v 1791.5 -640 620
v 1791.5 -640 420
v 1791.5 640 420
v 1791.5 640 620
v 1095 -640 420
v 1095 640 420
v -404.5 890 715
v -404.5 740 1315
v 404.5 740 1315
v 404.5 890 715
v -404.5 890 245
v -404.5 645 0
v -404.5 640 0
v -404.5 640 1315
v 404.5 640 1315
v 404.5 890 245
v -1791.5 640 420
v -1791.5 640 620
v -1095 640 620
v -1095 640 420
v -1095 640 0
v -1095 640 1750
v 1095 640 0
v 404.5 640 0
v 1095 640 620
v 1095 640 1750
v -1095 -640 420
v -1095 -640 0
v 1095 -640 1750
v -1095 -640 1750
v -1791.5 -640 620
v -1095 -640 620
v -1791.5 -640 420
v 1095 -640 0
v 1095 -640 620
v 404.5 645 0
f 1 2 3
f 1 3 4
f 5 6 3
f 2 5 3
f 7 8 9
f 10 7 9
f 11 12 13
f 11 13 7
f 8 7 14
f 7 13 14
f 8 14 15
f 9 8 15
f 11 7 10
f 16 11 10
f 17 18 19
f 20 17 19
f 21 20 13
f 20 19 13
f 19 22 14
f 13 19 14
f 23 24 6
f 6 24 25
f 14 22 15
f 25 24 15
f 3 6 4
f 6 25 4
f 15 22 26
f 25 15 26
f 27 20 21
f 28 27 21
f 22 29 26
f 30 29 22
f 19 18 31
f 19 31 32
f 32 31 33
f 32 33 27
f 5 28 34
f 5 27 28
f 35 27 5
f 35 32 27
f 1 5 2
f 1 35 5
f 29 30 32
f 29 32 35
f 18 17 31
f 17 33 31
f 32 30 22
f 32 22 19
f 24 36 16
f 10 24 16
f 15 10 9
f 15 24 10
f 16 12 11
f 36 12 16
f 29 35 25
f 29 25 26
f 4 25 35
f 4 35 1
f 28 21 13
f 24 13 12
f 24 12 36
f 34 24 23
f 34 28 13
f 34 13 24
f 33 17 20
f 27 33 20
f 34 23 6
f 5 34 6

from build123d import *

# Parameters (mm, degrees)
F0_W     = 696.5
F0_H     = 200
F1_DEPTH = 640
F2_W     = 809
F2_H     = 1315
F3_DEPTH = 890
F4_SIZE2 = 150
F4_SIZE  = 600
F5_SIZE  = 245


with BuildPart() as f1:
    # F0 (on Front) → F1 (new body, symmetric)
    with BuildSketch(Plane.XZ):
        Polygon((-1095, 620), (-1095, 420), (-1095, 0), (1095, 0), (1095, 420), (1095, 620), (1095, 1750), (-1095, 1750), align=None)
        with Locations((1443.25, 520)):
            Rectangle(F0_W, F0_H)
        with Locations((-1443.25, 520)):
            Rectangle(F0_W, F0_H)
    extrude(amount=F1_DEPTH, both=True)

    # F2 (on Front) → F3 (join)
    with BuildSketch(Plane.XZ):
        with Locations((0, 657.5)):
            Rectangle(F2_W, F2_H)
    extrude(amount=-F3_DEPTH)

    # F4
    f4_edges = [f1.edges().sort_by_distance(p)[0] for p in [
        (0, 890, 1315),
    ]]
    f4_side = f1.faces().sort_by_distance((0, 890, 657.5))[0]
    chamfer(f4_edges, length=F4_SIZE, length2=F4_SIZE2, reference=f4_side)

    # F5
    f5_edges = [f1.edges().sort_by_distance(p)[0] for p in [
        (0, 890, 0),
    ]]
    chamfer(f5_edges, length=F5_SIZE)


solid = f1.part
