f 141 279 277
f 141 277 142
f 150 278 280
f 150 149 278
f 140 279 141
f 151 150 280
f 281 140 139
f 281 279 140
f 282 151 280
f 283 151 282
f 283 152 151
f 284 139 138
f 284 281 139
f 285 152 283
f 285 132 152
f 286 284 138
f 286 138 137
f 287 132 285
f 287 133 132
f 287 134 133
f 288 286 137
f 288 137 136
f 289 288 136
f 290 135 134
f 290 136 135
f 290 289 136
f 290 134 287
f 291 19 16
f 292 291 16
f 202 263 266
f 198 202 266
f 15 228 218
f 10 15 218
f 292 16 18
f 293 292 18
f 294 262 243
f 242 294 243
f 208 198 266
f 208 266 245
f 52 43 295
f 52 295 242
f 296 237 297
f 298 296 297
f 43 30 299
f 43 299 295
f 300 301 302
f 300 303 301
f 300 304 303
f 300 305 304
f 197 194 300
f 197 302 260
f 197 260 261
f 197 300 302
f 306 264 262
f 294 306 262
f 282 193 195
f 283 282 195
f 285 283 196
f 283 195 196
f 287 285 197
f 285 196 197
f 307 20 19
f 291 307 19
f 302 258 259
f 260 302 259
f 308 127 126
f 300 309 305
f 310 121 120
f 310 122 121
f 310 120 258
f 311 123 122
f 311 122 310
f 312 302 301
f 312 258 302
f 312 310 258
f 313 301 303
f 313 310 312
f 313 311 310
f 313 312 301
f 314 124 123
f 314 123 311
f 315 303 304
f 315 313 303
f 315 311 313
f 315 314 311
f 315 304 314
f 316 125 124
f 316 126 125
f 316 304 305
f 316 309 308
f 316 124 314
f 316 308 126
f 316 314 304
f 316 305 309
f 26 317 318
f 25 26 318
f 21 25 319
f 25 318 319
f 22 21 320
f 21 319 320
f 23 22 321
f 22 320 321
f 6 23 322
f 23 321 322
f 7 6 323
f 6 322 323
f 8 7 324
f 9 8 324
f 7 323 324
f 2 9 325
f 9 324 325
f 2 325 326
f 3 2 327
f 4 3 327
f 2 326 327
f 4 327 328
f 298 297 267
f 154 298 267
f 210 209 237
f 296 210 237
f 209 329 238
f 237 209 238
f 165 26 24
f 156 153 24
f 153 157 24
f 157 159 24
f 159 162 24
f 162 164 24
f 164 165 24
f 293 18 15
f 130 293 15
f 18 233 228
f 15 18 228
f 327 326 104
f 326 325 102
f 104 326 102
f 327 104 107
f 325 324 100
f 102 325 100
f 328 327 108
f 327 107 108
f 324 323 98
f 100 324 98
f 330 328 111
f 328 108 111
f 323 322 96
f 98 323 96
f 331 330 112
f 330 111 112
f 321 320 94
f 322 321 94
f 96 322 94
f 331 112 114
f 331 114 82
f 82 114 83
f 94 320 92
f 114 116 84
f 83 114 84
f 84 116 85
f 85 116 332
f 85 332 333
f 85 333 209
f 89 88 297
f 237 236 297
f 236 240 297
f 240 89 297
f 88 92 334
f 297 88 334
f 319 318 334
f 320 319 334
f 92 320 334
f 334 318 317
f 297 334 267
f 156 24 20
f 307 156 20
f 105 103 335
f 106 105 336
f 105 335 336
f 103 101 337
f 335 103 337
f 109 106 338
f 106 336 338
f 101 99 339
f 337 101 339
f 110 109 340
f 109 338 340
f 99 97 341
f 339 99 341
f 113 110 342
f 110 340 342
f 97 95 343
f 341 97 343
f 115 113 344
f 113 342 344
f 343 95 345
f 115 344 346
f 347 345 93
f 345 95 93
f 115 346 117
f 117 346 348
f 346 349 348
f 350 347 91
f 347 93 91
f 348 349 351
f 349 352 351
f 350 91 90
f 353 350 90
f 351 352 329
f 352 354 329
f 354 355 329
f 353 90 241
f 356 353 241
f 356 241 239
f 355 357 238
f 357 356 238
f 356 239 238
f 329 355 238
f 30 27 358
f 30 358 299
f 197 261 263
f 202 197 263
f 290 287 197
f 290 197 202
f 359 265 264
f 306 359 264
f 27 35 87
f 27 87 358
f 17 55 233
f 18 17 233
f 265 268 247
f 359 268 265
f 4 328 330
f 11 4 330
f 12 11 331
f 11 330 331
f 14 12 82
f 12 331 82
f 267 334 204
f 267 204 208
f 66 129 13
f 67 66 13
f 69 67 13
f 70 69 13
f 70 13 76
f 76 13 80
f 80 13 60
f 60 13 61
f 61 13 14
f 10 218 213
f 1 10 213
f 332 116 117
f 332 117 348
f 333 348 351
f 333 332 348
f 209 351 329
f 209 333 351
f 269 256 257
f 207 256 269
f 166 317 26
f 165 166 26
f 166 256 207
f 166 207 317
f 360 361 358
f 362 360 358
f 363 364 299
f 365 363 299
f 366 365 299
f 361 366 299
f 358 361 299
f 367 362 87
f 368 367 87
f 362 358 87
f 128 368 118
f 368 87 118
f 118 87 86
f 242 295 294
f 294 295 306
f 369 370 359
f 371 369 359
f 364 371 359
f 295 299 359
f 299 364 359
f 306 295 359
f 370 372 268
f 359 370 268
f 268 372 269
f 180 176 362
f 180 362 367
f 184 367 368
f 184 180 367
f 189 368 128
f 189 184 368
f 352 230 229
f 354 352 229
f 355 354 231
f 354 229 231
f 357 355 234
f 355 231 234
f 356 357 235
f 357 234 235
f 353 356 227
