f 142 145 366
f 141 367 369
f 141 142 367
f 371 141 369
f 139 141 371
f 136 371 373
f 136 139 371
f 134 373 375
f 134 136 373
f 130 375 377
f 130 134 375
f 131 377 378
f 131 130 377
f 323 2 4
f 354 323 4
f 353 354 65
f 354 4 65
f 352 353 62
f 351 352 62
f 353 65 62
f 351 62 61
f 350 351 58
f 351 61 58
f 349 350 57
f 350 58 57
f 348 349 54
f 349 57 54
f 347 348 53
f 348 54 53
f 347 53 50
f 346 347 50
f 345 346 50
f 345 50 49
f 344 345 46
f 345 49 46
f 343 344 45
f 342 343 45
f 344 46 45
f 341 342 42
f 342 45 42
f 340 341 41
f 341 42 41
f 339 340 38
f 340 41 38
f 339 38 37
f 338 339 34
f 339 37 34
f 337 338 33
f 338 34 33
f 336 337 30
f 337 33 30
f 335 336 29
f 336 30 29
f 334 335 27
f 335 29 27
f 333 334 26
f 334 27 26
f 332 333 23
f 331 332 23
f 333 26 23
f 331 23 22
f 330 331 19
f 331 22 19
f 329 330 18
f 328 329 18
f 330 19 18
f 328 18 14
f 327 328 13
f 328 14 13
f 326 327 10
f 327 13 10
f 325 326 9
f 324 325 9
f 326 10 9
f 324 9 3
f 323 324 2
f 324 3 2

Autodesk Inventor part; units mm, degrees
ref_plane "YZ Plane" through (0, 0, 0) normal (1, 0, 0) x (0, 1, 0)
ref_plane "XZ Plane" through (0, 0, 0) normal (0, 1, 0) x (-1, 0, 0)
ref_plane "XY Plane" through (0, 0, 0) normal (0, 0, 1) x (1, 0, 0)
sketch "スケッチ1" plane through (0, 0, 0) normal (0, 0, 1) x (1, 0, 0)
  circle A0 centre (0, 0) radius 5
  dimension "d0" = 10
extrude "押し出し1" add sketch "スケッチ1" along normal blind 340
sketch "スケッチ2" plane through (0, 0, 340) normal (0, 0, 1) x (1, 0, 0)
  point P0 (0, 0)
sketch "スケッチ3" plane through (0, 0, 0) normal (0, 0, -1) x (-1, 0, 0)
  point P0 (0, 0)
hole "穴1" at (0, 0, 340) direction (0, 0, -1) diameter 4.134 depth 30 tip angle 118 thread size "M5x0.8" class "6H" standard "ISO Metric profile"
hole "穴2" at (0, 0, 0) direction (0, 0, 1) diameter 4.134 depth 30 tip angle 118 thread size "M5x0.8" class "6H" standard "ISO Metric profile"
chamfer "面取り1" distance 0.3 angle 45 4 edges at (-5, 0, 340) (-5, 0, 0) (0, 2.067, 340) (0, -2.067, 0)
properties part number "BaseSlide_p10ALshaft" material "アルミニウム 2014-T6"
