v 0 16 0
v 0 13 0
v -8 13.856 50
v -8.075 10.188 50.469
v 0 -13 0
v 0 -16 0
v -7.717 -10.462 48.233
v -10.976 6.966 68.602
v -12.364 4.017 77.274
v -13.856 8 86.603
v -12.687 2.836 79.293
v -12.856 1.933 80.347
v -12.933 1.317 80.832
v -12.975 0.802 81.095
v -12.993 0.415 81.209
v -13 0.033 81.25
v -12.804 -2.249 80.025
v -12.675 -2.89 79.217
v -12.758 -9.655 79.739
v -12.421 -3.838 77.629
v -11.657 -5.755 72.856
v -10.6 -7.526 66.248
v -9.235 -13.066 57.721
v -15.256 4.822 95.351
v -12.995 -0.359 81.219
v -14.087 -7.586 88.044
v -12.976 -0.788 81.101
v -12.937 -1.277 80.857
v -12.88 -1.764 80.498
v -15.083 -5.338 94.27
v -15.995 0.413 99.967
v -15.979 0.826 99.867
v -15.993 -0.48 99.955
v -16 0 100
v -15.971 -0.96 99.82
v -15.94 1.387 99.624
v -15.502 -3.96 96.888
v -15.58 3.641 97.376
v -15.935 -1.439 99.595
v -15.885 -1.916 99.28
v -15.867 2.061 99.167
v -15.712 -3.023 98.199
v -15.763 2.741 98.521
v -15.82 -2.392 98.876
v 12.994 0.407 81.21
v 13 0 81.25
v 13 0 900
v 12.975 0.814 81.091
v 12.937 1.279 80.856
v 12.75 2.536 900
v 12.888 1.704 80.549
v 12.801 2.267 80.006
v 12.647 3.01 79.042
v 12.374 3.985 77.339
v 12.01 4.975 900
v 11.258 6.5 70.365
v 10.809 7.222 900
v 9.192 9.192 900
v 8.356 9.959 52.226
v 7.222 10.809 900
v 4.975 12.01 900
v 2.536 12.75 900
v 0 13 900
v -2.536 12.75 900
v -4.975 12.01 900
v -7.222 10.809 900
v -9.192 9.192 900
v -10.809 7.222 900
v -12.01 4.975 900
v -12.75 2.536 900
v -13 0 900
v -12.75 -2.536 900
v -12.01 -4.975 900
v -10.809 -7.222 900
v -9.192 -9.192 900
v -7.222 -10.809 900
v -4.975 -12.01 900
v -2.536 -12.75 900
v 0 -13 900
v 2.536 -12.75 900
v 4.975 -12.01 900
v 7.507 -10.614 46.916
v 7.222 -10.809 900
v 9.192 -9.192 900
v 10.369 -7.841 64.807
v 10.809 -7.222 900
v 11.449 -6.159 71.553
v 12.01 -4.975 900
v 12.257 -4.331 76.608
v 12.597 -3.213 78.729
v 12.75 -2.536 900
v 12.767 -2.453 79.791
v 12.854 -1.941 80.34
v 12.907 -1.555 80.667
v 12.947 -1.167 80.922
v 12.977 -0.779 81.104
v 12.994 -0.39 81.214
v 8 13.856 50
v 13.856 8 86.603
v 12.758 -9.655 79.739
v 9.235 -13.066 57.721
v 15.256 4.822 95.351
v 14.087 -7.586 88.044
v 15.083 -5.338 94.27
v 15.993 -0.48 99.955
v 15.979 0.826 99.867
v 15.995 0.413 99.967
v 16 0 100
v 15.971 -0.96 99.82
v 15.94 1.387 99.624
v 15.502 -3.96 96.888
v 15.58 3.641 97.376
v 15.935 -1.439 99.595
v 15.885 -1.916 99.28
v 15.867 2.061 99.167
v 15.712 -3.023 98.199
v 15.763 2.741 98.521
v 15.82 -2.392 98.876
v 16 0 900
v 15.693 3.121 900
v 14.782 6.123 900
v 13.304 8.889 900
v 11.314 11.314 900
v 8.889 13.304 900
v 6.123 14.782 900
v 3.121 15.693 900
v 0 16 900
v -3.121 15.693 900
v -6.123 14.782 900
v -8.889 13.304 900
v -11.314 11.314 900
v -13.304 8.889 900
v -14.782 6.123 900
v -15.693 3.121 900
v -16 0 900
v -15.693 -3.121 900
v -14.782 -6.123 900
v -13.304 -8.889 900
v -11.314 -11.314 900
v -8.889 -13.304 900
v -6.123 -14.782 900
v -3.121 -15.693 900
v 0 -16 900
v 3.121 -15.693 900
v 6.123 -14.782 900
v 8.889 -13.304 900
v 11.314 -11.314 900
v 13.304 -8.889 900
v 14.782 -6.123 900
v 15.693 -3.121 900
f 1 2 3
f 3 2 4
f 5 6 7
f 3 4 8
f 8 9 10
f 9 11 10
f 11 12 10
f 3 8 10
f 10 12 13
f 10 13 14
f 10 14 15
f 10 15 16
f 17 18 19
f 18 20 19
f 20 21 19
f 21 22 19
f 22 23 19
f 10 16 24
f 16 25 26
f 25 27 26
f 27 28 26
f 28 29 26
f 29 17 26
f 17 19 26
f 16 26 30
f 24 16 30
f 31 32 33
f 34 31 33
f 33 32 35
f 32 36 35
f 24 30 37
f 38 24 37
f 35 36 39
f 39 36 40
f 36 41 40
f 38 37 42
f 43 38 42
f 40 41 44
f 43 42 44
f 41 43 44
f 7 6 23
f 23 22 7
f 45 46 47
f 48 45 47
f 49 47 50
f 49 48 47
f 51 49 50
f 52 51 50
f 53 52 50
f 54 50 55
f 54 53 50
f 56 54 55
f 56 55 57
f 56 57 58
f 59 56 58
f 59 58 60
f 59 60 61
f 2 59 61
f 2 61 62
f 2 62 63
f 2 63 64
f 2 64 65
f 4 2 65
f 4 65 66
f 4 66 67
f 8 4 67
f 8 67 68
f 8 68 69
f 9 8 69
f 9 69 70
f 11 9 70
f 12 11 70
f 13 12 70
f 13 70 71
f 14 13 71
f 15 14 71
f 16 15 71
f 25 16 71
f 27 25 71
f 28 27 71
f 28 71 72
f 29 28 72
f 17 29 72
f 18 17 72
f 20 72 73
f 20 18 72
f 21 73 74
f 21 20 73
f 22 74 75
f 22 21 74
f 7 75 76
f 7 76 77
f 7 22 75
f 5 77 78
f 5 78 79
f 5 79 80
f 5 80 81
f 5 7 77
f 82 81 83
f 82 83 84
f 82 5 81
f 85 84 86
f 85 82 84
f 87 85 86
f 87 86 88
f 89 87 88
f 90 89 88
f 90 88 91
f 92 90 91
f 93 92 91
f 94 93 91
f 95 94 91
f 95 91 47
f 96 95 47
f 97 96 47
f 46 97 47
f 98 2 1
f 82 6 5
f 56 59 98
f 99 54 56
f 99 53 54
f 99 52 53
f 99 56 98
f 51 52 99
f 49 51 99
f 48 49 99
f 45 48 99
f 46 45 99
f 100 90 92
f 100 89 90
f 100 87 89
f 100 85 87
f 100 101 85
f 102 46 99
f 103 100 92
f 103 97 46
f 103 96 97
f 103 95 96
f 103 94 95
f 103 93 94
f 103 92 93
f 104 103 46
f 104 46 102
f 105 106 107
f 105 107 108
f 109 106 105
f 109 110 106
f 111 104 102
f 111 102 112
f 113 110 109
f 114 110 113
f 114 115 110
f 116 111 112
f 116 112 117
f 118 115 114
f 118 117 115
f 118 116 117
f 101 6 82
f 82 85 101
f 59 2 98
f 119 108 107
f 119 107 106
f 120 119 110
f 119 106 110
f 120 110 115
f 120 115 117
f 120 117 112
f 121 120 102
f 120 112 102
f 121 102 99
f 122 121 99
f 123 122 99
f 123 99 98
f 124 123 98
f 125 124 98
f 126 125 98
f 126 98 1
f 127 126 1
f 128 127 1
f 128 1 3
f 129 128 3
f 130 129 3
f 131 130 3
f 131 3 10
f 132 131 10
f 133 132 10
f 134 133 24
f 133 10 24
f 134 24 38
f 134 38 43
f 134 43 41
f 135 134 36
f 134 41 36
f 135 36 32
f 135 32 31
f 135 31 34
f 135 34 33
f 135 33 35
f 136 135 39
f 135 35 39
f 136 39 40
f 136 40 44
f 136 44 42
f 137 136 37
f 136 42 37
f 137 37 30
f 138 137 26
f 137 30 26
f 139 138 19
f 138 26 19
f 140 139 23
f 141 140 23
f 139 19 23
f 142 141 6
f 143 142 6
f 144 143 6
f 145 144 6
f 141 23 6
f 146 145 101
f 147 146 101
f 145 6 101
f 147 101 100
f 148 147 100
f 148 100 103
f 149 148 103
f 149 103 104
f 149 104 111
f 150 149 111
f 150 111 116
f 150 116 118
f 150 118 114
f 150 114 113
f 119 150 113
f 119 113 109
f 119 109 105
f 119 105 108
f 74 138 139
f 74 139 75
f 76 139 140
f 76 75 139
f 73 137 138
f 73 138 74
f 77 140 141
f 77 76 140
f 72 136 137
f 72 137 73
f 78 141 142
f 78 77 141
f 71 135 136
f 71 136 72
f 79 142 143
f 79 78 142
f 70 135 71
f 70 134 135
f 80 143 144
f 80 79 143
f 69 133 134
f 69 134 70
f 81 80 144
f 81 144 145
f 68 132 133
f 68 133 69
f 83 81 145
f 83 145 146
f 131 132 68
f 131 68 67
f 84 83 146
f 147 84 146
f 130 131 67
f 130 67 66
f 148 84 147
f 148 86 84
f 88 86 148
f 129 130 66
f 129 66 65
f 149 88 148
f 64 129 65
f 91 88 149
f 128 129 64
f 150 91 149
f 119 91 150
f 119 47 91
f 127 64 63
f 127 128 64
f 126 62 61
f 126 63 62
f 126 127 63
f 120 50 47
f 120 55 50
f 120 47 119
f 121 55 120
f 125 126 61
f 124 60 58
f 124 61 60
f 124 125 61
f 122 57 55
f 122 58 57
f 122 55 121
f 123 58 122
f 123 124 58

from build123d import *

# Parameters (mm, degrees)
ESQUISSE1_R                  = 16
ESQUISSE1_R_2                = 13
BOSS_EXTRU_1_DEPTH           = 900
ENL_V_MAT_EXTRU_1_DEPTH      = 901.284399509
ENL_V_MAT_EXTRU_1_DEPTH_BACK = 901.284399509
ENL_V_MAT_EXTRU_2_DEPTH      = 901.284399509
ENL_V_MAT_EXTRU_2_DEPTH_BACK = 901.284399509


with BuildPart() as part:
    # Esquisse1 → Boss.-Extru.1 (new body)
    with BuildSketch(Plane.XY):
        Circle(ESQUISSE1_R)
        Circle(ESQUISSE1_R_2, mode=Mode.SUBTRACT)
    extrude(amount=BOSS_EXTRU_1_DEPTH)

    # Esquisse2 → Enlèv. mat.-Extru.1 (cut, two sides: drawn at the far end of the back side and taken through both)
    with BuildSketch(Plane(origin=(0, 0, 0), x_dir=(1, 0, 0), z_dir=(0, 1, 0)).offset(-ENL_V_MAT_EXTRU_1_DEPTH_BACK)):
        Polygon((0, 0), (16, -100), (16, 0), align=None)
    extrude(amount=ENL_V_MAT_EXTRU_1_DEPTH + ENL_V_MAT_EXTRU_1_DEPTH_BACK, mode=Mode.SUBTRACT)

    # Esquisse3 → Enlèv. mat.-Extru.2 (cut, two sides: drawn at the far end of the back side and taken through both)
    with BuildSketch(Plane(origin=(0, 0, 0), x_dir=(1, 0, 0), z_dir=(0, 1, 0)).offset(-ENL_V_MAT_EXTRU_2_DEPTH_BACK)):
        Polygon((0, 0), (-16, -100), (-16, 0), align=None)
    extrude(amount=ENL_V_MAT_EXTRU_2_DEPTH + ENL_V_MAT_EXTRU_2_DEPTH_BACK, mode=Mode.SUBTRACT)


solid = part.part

◆ **WHAT NEEDS TO BE DONE**
In the listing above, find the line containing "f 330 328 111" and the line containing "f 290 197 202". Output them and every line between, exactly, and nothing else.

◆ **WRITTEN RESPONSE**
f 330 328 111
f 328 108 111
f 323 322 96
f 98 323 96
f 331 330 112
f 330 111 112
f 321 320 94
f 322 321 94
f 96 322 94
f 331 112 114
f 331 114 82
f 82 114 83
f 94 320 92
f 114 116 84
f 83 114 84
f 84 116 85
f 85 116 332
f 85 332 333
f 85 333 209
f 89 88 297
f 237 236 297
f 236 240 297
f 240 89 297
f 88 92 334
f 297 88 334
f 319 318 334
f 320 319 334
f 92 320 334
f 334 318 317
f 297 334 267
f 156 24 20
f 307 156 20
f 105 103 335
f 106 105 336
f 105 335 336
f 103 101 337
f 335 103 337
f 109 106 338
f 106 336 338
f 101 99 339
f 337 101 339
f 110 109 340
f 109 338 340
f 99 97 341
f 339 99 341
f 113 110 342
f 110 340 342
f 97 95 343
f 341 97 343
f 115 113 344
f 113 342 344
f 343 95 345
f 115 344 346
f 347 345 93
f 345 95 93
f 115 346 117
f 117 346 348
f 346 349 348
f 350 347 91
f 347 93 91
f 348 349 351
f 349 352 351
f 350 91 90
f 353 350 90
f 351 352 329
f 352 354 329
f 354 355 329
f 353 90 241
f 356 353 241
f 356 241 239
f 355 357 238
f 357 356 238
f 356 239 238
f 329 355 238
f 30 27 358
f 30 358 299
f 197 261 263
f 202 197 263
f 290 287 197
f 290 197 202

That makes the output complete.